- Sri Lanka / South Africa
- Dates: 2 – 14 September 2021
- Captains: Dasun Shanaka / Temba Bavuma (ODIs) Keshav Maharaj (T20Is)

One Day International series
- Results: Sri Lanka won the 3-match series 2–1
- Most runs: Charith Asalanka (196) / Janneman Malan (162)
- Most wickets: Dushmantha Chameera (4) Wanindu Hasaranga (4) Maheesh Theekshana (4) / Tabraiz Shamsi (8)
- Player of the series: Charith Asalanka (SL)

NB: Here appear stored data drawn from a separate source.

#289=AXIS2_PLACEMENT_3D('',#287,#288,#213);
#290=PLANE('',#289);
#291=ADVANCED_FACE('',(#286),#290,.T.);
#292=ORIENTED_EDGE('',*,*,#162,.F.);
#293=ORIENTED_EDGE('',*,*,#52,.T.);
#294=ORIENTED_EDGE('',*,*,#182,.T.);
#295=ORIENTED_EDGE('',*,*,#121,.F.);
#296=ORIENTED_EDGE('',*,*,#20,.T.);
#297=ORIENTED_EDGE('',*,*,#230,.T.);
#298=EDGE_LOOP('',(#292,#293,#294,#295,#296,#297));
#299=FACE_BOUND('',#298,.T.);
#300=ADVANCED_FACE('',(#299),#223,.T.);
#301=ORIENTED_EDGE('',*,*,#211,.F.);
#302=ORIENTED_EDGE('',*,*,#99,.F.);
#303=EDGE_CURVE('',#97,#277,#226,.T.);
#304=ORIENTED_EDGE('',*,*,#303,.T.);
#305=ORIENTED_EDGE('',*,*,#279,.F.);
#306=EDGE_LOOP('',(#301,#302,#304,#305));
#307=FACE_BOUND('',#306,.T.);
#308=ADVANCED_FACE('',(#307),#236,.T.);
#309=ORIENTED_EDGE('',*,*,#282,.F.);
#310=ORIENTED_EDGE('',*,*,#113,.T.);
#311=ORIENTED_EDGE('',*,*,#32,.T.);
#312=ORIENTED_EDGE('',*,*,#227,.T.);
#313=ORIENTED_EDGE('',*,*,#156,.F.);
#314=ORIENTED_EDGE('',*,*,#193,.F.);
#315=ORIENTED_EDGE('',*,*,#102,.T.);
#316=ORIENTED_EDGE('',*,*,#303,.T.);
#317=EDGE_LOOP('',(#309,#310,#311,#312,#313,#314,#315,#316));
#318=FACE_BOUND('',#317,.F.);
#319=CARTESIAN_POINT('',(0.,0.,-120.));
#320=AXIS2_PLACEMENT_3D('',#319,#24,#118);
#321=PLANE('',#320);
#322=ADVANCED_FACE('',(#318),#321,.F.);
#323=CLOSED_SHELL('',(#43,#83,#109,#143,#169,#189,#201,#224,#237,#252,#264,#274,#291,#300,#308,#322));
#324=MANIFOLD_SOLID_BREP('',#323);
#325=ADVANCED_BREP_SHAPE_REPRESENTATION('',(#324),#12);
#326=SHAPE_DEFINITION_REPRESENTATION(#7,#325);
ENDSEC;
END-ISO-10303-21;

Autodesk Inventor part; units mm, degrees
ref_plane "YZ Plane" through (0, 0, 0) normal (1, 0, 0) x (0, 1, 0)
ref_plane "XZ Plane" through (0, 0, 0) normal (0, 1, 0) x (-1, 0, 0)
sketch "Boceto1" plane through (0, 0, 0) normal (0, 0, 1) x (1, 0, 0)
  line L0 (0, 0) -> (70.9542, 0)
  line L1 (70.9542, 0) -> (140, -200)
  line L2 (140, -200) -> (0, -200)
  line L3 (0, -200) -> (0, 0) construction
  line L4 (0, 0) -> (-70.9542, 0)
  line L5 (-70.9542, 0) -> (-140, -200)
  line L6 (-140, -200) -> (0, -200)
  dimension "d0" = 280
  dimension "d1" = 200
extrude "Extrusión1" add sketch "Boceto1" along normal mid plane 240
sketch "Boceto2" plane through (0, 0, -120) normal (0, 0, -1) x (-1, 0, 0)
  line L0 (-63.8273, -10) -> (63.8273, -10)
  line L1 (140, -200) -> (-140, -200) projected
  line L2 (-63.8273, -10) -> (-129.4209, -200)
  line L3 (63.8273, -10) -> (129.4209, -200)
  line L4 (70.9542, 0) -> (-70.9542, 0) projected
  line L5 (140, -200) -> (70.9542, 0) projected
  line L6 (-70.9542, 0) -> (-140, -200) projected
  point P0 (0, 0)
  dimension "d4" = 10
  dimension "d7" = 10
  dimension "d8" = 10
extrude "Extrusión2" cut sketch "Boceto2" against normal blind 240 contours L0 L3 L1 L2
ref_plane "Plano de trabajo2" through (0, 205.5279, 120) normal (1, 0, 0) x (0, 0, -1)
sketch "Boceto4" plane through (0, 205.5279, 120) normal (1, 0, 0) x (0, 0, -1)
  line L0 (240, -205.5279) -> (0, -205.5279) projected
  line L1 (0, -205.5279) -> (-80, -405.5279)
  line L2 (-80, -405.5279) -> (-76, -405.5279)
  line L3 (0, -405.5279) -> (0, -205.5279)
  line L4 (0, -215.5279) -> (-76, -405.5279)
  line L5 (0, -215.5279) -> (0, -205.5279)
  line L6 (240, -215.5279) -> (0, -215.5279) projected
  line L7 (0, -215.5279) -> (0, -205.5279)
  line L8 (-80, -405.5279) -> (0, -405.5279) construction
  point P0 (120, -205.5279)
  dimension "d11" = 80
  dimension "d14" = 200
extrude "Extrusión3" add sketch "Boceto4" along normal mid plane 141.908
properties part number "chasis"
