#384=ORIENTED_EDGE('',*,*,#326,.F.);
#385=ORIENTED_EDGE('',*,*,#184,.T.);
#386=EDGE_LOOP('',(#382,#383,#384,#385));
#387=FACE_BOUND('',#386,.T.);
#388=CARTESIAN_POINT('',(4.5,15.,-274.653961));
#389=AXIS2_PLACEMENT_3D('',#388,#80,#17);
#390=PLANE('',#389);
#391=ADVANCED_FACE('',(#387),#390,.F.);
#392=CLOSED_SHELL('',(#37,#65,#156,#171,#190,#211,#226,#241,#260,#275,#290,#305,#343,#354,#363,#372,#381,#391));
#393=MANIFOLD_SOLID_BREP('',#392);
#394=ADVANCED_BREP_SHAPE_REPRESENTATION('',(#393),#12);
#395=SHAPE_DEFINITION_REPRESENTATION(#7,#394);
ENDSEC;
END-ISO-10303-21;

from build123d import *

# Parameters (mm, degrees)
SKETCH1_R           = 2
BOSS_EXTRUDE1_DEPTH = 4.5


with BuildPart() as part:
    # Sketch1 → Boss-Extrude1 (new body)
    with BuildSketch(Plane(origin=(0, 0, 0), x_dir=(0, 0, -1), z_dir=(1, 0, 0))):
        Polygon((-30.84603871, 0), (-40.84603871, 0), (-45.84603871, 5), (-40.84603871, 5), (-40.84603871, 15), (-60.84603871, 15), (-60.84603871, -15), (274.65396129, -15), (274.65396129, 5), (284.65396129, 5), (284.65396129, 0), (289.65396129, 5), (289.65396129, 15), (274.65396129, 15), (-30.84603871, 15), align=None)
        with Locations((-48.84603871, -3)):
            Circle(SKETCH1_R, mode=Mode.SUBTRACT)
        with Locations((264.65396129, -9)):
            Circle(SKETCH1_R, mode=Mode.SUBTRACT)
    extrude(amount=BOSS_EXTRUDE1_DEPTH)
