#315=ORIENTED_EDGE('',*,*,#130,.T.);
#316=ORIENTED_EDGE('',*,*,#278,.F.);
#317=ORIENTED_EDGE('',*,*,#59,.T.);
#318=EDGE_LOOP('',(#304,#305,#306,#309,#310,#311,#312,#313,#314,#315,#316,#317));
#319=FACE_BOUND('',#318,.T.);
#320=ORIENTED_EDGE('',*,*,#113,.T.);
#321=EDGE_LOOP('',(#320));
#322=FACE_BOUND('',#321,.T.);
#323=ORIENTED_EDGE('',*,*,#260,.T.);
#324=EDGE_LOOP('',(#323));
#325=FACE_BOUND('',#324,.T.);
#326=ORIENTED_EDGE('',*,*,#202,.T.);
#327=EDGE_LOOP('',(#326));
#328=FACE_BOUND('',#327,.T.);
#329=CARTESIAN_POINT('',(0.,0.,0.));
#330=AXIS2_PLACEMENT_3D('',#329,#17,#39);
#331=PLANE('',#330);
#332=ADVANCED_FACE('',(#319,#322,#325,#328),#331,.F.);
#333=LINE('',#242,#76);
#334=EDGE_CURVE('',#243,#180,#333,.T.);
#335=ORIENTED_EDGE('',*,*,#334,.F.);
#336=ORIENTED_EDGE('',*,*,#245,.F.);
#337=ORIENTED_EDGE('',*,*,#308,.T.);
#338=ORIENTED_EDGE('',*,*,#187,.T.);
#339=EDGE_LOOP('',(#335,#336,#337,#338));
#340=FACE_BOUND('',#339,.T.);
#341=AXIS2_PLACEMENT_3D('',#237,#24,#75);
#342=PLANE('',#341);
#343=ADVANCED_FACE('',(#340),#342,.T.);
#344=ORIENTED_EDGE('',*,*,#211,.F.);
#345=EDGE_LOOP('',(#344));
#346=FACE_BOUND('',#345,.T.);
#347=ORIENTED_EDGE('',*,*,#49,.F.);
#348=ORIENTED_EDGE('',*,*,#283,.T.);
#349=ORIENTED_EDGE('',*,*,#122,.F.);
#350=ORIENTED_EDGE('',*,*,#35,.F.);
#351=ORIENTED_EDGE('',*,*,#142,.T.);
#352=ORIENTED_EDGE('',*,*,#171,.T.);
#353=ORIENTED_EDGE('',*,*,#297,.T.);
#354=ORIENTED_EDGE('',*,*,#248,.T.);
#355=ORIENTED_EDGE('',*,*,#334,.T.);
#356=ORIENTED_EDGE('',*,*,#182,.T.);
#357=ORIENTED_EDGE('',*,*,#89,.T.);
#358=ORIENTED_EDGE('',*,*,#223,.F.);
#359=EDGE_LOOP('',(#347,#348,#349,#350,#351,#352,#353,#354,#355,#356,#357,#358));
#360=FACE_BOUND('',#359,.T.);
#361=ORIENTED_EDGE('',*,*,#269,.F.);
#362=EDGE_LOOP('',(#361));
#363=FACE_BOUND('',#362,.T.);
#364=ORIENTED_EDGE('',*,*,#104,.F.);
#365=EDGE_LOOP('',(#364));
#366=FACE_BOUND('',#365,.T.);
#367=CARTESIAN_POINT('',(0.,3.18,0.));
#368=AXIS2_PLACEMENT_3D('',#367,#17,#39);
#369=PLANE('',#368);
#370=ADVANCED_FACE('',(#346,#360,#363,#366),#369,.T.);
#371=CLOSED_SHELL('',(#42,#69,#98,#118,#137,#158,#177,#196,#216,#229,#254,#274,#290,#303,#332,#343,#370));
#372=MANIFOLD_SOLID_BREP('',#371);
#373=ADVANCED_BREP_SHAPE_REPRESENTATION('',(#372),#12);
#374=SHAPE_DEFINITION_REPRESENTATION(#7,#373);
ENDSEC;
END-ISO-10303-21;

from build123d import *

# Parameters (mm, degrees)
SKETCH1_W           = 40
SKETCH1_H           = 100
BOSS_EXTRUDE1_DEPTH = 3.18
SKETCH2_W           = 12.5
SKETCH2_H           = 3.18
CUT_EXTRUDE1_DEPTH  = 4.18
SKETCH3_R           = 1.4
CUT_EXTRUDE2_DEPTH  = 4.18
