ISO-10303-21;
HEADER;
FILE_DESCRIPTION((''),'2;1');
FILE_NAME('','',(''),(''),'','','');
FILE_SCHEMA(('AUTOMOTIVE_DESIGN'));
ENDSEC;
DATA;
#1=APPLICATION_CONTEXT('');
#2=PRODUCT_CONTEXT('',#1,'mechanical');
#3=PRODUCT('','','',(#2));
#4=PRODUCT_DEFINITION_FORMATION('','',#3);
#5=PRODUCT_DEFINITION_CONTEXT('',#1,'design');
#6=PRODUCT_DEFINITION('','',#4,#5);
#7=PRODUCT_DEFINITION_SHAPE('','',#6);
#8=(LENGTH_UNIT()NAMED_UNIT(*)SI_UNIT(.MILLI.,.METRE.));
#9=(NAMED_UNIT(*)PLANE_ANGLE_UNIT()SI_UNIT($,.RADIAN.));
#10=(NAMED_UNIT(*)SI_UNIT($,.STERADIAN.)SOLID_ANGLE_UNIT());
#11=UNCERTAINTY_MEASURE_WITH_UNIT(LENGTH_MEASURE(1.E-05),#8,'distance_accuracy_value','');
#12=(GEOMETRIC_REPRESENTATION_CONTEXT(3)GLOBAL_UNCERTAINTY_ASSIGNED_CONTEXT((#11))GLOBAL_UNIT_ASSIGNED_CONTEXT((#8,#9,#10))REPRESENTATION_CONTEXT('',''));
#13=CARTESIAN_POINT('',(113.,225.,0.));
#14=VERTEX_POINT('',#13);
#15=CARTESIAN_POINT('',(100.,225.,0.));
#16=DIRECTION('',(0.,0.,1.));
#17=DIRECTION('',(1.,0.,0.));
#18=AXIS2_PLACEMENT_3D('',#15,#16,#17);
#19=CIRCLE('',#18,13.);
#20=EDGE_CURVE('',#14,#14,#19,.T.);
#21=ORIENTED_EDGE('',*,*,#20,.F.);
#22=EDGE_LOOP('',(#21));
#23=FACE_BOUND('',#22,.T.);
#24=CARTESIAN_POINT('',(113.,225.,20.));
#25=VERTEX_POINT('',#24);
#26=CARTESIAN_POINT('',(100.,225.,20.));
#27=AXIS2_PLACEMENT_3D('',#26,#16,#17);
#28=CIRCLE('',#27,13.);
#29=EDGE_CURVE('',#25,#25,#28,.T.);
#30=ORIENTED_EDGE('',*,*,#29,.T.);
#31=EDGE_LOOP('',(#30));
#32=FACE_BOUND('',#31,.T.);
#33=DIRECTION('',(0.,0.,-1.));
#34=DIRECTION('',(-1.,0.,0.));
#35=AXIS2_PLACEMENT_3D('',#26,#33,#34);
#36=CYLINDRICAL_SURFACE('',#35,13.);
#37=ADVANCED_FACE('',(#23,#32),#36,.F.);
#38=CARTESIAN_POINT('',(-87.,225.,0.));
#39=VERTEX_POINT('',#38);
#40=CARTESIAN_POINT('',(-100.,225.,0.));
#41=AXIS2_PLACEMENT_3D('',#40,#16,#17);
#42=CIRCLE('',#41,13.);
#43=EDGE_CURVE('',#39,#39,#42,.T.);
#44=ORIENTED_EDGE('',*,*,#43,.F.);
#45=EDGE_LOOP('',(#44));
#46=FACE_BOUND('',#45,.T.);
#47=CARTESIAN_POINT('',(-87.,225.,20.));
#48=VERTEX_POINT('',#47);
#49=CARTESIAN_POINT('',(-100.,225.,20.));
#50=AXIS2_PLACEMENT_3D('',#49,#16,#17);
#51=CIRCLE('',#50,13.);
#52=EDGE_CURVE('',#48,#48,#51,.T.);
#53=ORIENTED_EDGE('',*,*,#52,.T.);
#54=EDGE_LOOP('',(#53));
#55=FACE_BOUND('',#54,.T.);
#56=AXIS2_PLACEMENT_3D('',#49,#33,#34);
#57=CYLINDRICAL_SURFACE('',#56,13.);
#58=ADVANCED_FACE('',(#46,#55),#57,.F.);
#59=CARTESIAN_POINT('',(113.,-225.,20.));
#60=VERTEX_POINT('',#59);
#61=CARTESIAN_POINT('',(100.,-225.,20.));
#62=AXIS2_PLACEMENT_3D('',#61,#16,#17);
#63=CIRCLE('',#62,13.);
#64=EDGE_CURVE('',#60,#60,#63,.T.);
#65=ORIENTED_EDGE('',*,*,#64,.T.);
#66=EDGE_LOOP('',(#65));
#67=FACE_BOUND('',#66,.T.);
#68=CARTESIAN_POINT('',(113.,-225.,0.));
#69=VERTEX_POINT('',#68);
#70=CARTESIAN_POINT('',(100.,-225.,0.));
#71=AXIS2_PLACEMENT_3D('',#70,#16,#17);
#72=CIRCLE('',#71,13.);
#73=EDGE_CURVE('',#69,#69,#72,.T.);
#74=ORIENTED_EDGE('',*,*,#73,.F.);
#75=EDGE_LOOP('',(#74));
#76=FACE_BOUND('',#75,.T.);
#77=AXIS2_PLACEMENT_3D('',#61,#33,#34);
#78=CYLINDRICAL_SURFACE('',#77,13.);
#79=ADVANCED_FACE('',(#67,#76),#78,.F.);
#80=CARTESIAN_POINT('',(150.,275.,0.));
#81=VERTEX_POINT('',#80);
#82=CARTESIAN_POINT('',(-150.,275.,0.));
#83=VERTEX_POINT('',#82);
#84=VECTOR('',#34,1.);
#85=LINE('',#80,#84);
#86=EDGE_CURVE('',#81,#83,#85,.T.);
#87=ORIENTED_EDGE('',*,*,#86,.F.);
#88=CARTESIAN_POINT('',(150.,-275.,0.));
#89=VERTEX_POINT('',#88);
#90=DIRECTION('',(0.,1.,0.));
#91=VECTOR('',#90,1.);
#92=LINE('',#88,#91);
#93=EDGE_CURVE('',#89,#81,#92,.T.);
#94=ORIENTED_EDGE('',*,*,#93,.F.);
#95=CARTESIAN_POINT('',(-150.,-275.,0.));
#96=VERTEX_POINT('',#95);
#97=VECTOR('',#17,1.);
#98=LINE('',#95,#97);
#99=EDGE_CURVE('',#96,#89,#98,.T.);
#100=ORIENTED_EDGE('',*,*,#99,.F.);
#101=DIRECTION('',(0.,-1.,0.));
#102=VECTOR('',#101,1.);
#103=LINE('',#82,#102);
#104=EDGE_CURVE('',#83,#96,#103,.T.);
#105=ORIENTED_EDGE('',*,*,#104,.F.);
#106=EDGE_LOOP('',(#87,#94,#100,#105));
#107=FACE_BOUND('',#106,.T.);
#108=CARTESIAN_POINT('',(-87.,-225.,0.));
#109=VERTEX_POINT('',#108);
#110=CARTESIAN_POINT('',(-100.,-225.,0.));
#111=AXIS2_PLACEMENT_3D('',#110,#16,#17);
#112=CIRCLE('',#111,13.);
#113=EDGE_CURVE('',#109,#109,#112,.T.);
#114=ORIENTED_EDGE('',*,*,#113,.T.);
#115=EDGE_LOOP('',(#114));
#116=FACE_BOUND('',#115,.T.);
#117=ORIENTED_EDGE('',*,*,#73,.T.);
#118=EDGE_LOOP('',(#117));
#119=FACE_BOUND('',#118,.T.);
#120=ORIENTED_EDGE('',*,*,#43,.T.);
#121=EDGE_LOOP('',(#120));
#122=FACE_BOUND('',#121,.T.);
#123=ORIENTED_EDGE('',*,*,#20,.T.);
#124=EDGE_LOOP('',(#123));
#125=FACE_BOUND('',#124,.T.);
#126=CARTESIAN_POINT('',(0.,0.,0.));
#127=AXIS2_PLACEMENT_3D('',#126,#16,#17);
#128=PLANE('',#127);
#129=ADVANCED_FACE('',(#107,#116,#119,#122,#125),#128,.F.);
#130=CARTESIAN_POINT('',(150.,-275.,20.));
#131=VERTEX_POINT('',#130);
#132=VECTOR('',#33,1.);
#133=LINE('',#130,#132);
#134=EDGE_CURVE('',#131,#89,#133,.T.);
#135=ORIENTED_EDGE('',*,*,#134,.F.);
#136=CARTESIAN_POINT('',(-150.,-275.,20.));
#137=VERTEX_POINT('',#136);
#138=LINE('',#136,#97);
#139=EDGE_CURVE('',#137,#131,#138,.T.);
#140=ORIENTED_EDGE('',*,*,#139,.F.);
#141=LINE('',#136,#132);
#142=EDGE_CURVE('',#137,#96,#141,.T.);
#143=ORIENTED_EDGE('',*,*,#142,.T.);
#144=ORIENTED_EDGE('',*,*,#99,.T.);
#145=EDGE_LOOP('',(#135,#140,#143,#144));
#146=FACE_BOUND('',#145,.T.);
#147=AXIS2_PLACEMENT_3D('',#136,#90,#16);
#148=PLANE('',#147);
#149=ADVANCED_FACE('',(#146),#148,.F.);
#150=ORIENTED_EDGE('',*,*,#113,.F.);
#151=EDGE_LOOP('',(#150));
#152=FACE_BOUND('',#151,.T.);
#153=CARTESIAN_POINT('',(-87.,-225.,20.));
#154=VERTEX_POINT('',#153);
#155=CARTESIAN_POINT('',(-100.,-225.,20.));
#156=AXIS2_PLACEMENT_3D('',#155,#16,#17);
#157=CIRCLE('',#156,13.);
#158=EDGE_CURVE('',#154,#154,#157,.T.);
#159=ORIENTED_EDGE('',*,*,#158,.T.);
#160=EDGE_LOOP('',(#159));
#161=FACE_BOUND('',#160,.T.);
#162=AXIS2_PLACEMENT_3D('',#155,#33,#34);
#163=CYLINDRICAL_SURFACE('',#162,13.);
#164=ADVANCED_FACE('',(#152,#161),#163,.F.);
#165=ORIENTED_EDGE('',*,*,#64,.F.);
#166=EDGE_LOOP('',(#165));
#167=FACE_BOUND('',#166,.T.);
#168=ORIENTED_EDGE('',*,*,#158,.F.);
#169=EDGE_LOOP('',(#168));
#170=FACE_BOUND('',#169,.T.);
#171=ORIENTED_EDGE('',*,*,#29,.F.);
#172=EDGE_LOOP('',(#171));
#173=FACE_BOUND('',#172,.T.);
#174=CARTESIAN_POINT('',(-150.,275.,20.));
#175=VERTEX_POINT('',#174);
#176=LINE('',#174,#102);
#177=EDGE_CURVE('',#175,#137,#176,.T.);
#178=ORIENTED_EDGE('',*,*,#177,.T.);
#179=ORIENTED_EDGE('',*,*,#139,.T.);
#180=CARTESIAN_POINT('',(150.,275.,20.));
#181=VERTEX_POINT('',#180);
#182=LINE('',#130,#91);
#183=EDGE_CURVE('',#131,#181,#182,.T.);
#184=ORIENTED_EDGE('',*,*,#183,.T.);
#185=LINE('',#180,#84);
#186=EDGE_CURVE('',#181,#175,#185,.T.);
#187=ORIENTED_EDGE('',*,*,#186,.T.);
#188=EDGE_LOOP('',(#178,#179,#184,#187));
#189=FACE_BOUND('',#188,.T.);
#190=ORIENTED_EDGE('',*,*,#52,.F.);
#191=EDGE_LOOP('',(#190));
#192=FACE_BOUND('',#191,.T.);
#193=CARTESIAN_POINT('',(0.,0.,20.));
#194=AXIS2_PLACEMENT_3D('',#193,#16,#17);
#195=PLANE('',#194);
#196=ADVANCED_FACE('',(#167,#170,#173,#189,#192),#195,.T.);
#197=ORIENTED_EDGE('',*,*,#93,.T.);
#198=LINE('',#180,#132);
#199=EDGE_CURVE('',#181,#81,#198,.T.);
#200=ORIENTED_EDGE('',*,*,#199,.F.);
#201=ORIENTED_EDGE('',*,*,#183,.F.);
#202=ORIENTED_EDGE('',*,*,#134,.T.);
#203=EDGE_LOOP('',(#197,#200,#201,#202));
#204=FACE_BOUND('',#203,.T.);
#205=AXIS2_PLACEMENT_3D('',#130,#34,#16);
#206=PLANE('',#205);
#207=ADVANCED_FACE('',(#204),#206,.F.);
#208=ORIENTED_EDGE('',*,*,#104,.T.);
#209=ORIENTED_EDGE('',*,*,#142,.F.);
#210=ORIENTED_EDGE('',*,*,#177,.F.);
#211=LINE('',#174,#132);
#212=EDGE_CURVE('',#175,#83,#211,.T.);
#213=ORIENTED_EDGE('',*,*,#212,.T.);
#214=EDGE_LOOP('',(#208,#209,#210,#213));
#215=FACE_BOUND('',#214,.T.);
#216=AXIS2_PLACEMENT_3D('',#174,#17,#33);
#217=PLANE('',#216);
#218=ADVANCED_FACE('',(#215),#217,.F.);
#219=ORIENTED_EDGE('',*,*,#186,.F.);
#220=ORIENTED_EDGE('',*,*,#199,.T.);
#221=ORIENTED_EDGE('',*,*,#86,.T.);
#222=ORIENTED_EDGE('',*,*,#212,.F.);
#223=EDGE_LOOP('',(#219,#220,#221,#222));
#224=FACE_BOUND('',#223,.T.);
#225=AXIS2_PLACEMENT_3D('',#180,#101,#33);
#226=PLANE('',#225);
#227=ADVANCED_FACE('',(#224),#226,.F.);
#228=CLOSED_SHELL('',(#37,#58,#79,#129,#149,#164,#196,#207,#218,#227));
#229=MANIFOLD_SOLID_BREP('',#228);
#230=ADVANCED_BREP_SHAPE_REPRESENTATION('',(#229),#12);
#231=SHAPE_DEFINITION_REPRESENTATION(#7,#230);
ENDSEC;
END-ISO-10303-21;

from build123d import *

# Parameters (mm, degrees)
SKETCH_1_W      = 300
SKETCH_1_H      = 550
SKETCH_1_R      = 13
EXTRUDE_1_DEPTH = 20


with BuildPart() as part:
    # Эскиз1 → Бобышка-Вытянуть1 (new body)
    with BuildSketch(Plane.XY):
        Rectangle(SKETCH_1_W, SKETCH_1_H)
        with Locations((-100, 225)):
            Circle(SKETCH_1_R, mode=Mode.SUBTRACT)
        with Locations((100, 225)):
            Circle(SKETCH_1_R, mode=Mode.SUBTRACT)
        with Locations((100, -225)):
            Circle(SKETCH_1_R, mode=Mode.SUBTRACT)
        with Locations((-100, -225)):
            Circle(SKETCH_1_R, mode=Mode.SUBTRACT)
    extrude(amount=EXTRUDE_1_DEPTH)


solid = part.part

Twenty20 International series
- Results: South Africa won the 3-match series 3–0
- Most runs: Dinesh Chandimal (71) / Quinton de Kock (153)
- Most wickets: Wanindu Hasaranga (3) / Bjorn Fortuin (5)
- Player of the series: Quinton de Kock (SA)

= South African cricket team in Sri Lanka in 2021–22 =

International cricket tour

The South Africa cricket team toured Sri Lanka in September 2021 to play three One Day International (ODI) and three Twenty20 International (T20I) matches. The ODI series formed part of the inaugural 2020–2023 ICC Cricket World Cup Super League.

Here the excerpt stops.